== Source information ==
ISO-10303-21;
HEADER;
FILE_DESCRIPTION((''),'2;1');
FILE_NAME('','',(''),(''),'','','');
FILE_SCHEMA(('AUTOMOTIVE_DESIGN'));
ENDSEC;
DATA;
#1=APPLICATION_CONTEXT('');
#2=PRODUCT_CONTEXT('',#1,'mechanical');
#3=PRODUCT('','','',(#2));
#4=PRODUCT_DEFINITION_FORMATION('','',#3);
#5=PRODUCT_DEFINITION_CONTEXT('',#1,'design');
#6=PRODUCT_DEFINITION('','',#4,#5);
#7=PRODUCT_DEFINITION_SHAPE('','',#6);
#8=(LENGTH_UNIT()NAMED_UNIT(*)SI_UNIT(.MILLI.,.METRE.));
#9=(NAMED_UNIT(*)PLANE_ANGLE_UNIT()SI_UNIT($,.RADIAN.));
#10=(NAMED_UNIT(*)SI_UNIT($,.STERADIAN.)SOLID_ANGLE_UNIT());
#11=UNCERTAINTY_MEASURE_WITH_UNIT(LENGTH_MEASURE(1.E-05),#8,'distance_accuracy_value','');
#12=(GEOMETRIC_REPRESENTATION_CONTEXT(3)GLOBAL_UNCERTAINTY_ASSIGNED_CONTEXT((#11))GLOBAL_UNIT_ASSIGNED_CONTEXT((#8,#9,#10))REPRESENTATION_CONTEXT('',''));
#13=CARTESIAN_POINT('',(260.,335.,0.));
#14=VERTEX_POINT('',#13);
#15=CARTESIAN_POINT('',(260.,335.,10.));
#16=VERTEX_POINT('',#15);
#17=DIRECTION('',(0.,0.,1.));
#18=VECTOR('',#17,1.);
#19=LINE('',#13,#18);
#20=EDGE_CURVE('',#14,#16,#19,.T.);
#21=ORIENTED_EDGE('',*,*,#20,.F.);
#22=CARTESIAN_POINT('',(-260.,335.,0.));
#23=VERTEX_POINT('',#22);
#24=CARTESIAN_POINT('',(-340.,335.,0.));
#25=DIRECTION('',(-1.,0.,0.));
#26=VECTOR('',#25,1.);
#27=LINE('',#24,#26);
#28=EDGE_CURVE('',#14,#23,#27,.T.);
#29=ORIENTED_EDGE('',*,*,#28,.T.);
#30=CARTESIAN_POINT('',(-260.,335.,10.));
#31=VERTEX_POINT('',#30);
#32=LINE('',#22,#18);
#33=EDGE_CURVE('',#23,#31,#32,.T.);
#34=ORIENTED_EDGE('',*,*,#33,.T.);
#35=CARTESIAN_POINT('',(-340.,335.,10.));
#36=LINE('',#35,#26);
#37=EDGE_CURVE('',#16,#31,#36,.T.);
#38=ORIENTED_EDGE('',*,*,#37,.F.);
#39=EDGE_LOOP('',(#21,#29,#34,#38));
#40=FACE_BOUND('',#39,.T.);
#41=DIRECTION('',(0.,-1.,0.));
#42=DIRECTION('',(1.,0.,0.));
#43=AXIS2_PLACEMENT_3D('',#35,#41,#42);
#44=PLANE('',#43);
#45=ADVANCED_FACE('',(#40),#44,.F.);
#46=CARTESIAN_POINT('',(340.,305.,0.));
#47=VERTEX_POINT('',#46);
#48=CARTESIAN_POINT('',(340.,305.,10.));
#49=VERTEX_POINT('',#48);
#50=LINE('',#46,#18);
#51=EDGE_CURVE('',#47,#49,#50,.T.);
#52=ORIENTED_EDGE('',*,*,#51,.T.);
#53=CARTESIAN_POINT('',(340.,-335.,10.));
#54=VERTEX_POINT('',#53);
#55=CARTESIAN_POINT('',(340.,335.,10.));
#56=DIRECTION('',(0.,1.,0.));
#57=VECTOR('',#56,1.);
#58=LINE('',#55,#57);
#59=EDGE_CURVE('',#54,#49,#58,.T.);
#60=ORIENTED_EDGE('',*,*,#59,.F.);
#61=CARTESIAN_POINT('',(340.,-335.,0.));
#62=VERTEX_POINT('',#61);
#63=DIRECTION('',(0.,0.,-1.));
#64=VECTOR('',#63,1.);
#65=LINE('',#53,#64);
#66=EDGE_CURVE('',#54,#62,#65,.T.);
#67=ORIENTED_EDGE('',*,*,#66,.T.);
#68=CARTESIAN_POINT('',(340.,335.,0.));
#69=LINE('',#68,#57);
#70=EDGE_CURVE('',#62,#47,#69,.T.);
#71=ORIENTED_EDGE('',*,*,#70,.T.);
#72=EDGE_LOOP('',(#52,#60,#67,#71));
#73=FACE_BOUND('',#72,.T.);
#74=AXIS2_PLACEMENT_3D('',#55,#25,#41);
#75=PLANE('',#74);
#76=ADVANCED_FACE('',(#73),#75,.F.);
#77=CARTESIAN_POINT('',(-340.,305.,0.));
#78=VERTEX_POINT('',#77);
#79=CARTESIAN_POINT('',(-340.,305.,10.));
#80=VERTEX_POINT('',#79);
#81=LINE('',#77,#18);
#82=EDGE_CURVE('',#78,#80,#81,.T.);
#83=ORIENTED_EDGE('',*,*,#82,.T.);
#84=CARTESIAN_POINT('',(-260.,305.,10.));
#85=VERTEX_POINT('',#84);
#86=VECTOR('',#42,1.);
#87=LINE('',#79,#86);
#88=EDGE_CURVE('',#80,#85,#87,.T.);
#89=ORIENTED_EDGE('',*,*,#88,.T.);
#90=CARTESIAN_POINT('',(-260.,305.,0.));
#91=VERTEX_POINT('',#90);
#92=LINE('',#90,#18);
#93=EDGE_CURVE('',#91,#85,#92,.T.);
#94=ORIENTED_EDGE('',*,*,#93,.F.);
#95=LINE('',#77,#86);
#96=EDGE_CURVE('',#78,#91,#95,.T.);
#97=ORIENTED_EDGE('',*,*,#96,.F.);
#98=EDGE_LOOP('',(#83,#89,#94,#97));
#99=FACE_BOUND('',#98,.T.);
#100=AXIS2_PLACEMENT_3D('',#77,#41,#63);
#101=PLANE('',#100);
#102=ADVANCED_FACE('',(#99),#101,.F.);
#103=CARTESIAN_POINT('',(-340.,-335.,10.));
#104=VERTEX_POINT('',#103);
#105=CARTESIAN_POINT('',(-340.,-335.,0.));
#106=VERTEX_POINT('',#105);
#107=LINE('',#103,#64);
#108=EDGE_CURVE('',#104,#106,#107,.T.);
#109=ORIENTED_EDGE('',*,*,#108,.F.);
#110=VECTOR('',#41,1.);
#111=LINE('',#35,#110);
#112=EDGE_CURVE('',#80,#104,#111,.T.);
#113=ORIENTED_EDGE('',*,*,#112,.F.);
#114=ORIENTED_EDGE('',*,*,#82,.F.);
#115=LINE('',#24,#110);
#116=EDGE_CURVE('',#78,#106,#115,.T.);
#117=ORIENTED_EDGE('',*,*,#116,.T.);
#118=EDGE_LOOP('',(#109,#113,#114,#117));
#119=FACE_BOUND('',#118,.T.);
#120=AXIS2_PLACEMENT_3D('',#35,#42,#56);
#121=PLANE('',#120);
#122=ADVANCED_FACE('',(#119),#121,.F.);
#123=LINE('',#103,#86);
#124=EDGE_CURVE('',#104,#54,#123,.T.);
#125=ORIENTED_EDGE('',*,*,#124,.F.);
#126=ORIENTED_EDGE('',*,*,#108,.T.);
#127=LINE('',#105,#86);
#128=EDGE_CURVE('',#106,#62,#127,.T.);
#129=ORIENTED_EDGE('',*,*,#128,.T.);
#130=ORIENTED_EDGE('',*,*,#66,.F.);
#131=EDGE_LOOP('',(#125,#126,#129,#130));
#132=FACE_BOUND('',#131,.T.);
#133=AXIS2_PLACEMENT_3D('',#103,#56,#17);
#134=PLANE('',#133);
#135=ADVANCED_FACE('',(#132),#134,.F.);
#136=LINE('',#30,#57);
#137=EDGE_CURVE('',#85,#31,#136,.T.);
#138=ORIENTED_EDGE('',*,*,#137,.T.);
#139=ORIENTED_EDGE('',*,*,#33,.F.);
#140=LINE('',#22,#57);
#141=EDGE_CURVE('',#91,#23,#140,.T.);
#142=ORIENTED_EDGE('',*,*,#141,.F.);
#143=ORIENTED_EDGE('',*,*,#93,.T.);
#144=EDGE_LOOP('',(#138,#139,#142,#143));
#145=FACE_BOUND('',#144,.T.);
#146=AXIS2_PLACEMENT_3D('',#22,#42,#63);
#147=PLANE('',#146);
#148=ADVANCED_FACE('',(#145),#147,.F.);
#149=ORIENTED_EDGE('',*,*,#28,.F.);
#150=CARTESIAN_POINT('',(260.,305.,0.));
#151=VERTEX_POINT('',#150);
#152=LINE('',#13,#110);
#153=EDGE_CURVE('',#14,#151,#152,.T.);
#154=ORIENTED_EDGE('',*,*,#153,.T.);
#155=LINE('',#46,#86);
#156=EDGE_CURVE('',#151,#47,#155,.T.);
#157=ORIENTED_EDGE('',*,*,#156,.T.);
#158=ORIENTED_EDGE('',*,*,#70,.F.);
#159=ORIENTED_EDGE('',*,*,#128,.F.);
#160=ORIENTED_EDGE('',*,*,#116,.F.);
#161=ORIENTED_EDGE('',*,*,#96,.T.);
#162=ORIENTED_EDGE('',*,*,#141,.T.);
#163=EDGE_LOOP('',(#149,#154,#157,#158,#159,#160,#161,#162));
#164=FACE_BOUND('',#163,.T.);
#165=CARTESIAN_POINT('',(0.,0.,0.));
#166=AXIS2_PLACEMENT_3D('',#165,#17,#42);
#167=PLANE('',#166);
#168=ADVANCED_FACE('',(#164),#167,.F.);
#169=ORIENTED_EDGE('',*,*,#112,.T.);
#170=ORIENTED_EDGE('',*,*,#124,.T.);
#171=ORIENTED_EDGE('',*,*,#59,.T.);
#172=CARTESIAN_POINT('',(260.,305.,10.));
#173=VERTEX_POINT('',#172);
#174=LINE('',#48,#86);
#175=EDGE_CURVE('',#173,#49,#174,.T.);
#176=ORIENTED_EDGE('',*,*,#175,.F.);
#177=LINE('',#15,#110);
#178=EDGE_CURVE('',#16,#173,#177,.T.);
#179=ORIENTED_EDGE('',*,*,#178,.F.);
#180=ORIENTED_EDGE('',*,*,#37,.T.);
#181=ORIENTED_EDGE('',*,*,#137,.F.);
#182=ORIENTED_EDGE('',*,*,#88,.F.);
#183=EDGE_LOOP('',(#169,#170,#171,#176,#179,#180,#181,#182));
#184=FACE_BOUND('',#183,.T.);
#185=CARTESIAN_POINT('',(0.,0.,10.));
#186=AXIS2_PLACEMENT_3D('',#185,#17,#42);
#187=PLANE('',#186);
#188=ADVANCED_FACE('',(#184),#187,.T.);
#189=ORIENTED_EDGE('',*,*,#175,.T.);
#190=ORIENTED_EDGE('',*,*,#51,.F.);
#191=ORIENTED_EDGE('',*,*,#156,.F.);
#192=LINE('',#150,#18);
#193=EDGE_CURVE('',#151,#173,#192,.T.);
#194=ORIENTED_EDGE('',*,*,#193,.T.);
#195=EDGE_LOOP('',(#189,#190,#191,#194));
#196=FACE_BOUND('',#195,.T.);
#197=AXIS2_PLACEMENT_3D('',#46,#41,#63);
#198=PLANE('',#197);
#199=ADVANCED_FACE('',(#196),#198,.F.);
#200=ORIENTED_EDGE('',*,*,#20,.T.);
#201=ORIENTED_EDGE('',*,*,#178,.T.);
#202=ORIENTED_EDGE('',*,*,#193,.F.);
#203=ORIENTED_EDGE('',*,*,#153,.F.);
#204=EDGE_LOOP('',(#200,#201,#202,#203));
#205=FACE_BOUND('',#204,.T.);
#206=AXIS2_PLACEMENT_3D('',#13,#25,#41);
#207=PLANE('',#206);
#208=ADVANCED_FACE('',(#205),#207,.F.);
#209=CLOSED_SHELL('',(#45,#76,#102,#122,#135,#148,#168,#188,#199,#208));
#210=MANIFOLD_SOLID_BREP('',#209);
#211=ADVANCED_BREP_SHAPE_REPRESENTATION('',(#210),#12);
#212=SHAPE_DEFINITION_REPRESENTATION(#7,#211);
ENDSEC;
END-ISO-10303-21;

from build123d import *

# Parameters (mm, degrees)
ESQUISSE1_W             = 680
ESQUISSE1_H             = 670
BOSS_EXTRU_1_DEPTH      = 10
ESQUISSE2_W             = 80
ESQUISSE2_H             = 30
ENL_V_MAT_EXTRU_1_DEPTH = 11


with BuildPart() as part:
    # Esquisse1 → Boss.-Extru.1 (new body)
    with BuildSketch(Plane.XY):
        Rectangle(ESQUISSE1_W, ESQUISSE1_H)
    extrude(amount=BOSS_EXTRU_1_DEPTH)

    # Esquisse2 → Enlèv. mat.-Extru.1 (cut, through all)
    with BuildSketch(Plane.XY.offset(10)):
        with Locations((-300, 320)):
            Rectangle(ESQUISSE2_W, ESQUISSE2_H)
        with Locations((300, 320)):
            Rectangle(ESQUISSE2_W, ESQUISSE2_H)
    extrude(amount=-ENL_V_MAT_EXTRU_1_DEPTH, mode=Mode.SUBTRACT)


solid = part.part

== Problem statement ==
In the entries above, one line contains "#40=FACE_BOUND('',#39,.T.);" and another contains "#99=FACE_BOUND('',#98,.T.);". Reproduce exactly those two lines and the lines between them, nothing else.

== Solution for this exercise ==
#40=FACE_BOUND('',#39,.T.);
#41=DIRECTION('',(0.,-1.,0.));
#42=DIRECTION('',(1.,0.,0.));
#43=AXIS2_PLACEMENT_3D('',#35,#41,#42);
#44=PLANE('',#43);
#45=ADVANCED_FACE('',(#40),#44,.F.);
#46=CARTESIAN_POINT('',(340.,305.,0.));
#47=VERTEX_POINT('',#46);
#48=CARTESIAN_POINT('',(340.,305.,10.));
#49=VERTEX_POINT('',#48);
#50=LINE('',#46,#18);
#51=EDGE_CURVE('',#47,#49,#50,.T.);
#52=ORIENTED_EDGE('',*,*,#51,.T.);
#53=CARTESIAN_POINT('',(340.,-335.,10.));
#54=VERTEX_POINT('',#53);
#55=CARTESIAN_POINT('',(340.,335.,10.));
#56=DIRECTION('',(0.,1.,0.));
#57=VECTOR('',#56,1.);
#58=LINE('',#55,#57);
#59=EDGE_CURVE('',#54,#49,#58,.T.);
#60=ORIENTED_EDGE('',*,*,#59,.F.);
#61=CARTESIAN_POINT('',(340.,-335.,0.));
#62=VERTEX_POINT('',#61);
#63=DIRECTION('',(0.,0.,-1.));
#64=VECTOR('',#63,1.);
#65=LINE('',#53,#64);
#66=EDGE_CURVE('',#54,#62,#65,.T.);
#67=ORIENTED_EDGE('',*,*,#66,.T.);
#68=CARTESIAN_POINT('',(340.,335.,0.));
#69=LINE('',#68,#57);
#70=EDGE_CURVE('',#62,#47,#69,.T.);
#71=ORIENTED_EDGE('',*,*,#70,.T.);
#72=EDGE_LOOP('',(#52,#60,#67,#71));
#73=FACE_BOUND('',#72,.T.);
#74=AXIS2_PLACEMENT_3D('',#55,#25,#41);
#75=PLANE('',#74);
#76=ADVANCED_FACE('',(#73),#75,.F.);
#77=CARTESIAN_POINT('',(-340.,305.,0.));
#78=VERTEX_POINT('',#77);
#79=CARTESIAN_POINT('',(-340.,305.,10.));
#80=VERTEX_POINT('',#79);
#81=LINE('',#77,#18);
#82=EDGE_CURVE('',#78,#80,#81,.T.);
#83=ORIENTED_EDGE('',*,*,#82,.T.);
#84=CARTESIAN_POINT('',(-260.,305.,10.));
#85=VERTEX_POINT('',#84);
#86=VECTOR('',#42,1.);
#87=LINE('',#79,#86);
#88=EDGE_CURVE('',#80,#85,#87,.T.);
#89=ORIENTED_EDGE('',*,*,#88,.T.);
#90=CARTESIAN_POINT('',(-260.,305.,0.));
#91=VERTEX_POINT('',#90);
#92=LINE('',#90,#18);
#93=EDGE_CURVE('',#91,#85,#92,.T.);
#94=ORIENTED_EDGE('',*,*,#93,.F.);
#95=LINE('',#77,#86);
#96=EDGE_CURVE('',#78,#91,#95,.T.);
#97=ORIENTED_EDGE('',*,*,#96,.F.);
#98=EDGE_LOOP('',(#83,#89,#94,#97));
#99=FACE_BOUND('',#98,.T.);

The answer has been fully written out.